Residence is a place of transition where students are encouraged to make good life choices and establish healthy habits. It’s difficult to make health food choices when I’m hungry again after having eaten at 5:30 p.m. and the only food available is vending machine junk food and the convenience store across the street. It seems that the Food Services department has lost sight of its purpose: to feed the students of residence. The food schedule should be worked around the schedules of students, not the other way around. I don’t know how many times I’ve had friends tell me they had to eat at 4:30 p.m. because they had to get to a night class. This is absurd. The cafeteria’s purpose is to feed students in an accessible way.
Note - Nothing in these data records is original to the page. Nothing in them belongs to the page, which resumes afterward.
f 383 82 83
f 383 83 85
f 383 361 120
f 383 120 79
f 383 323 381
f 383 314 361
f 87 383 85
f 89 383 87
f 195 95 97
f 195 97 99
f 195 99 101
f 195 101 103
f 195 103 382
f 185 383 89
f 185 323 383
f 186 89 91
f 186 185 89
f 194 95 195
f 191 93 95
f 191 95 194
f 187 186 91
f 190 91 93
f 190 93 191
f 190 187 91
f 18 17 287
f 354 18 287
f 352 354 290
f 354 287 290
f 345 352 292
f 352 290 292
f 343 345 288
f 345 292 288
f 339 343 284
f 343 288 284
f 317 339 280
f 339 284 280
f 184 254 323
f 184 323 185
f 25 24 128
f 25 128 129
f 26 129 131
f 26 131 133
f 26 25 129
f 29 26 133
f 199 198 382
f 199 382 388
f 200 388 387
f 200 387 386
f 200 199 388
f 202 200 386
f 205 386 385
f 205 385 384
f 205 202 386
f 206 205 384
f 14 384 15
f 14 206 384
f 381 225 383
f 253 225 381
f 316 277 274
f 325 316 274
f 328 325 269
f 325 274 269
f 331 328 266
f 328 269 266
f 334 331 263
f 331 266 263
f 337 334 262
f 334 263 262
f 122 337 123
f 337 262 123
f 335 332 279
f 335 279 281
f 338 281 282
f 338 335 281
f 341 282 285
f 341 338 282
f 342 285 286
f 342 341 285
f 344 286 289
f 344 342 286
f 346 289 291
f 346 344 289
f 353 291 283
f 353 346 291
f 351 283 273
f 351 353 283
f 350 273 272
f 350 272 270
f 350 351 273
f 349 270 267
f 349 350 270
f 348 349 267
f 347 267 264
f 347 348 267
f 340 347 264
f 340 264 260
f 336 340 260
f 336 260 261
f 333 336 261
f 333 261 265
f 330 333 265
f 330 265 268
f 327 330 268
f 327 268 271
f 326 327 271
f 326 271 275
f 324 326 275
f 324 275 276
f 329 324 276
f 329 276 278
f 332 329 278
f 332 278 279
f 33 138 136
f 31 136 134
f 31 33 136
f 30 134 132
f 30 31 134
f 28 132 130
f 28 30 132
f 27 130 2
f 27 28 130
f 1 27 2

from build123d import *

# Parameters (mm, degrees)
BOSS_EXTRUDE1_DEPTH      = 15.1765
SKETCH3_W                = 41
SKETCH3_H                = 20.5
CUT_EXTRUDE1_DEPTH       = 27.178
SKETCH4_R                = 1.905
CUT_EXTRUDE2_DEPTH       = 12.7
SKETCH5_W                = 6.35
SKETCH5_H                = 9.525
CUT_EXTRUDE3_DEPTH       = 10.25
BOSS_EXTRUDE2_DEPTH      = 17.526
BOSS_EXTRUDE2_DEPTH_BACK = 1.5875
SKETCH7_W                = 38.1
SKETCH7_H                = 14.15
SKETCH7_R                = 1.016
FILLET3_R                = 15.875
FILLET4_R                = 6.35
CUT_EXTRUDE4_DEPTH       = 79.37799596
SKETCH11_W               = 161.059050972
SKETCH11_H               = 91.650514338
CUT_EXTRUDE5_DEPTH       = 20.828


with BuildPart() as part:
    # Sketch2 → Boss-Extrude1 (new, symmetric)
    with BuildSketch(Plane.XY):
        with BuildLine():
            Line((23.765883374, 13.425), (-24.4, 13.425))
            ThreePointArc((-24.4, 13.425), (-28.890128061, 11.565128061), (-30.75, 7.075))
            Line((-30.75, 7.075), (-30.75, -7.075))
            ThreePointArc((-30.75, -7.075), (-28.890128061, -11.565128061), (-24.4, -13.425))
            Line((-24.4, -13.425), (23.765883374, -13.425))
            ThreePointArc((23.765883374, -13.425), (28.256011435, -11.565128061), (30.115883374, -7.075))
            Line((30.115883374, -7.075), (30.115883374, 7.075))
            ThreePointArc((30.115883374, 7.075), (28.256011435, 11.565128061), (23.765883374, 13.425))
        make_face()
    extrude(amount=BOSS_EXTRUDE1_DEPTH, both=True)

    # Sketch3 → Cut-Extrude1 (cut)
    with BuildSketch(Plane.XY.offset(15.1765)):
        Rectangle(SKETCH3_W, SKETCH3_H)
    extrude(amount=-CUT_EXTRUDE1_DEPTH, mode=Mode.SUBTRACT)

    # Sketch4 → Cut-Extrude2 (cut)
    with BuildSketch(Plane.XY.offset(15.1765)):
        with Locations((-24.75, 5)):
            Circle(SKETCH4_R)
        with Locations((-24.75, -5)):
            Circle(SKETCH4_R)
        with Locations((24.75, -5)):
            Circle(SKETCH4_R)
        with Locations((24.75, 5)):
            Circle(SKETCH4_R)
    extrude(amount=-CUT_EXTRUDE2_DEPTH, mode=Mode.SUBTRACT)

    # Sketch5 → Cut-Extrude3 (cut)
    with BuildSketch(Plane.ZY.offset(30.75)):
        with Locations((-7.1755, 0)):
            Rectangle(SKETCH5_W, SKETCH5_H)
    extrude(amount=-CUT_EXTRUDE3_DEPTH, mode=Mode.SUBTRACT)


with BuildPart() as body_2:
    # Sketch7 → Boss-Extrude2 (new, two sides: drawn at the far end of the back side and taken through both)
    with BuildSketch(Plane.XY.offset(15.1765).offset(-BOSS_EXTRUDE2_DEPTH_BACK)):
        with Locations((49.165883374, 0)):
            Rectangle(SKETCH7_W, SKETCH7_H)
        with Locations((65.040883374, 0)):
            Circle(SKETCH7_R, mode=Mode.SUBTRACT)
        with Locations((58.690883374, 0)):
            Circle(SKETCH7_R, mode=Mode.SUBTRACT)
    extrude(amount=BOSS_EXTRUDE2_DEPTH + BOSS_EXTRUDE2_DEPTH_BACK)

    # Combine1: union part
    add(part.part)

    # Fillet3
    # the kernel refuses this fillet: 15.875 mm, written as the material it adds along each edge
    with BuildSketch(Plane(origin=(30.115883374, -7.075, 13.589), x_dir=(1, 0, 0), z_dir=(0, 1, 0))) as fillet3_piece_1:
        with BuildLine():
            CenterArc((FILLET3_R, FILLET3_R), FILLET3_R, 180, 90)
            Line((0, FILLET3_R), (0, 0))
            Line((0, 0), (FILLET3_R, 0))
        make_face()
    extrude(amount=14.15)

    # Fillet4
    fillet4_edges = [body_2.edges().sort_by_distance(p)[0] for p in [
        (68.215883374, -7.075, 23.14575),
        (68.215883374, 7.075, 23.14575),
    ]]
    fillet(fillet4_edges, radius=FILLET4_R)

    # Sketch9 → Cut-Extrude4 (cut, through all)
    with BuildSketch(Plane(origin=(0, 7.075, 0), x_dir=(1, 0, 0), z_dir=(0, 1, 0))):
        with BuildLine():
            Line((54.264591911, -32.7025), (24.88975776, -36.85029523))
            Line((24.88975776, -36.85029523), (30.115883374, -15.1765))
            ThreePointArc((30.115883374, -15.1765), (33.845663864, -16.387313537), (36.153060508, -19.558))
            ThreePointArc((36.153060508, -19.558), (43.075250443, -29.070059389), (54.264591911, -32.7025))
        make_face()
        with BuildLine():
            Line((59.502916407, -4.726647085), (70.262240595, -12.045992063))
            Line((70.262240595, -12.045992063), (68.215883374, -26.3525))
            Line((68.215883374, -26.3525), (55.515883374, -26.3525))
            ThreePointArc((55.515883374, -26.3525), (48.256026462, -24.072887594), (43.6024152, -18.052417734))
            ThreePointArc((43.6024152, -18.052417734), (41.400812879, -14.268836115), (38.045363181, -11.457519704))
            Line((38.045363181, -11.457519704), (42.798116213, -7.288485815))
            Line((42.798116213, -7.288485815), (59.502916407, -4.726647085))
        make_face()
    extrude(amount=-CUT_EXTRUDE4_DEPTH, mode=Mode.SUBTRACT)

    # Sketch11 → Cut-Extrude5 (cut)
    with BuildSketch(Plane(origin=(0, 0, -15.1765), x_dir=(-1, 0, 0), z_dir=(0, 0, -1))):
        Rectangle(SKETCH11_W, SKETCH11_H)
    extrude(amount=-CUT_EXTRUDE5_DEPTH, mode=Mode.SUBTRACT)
Shirreff dining hall is open until 8:00 p.m., perhaps because it is near the Dalplex and Wickwire Field, where athletes might have evening training. What does this tell Howe and Risley students who have evening classes during meal times? Could we be putting athletics before academics?

Residence is meant to become a community, a new home for students. I don’t know about you, but food is a big part of home for me.  While contracting out food management is an efficient way to fulfil services, it can sometimes be too efficient. As first year student Carolina Chang said, “It feels like it’s efficient for them, but not effective for us.”

I don’t have any major beefs, as it were, with the food or the staff in the cafeteria. I think the selection and quality is quite good considering the volume (there are over 700 students in Howe) and the staff are wonderful. But the hours don’t match the quality of the service. The university goes to great lengths to make residence a good experience, from the range of food to the residence attendants, front desk staff and housekeeping. However, it’s amazing that for those with night classes, the answer to the most basic hospitality question—will there be food?—is no.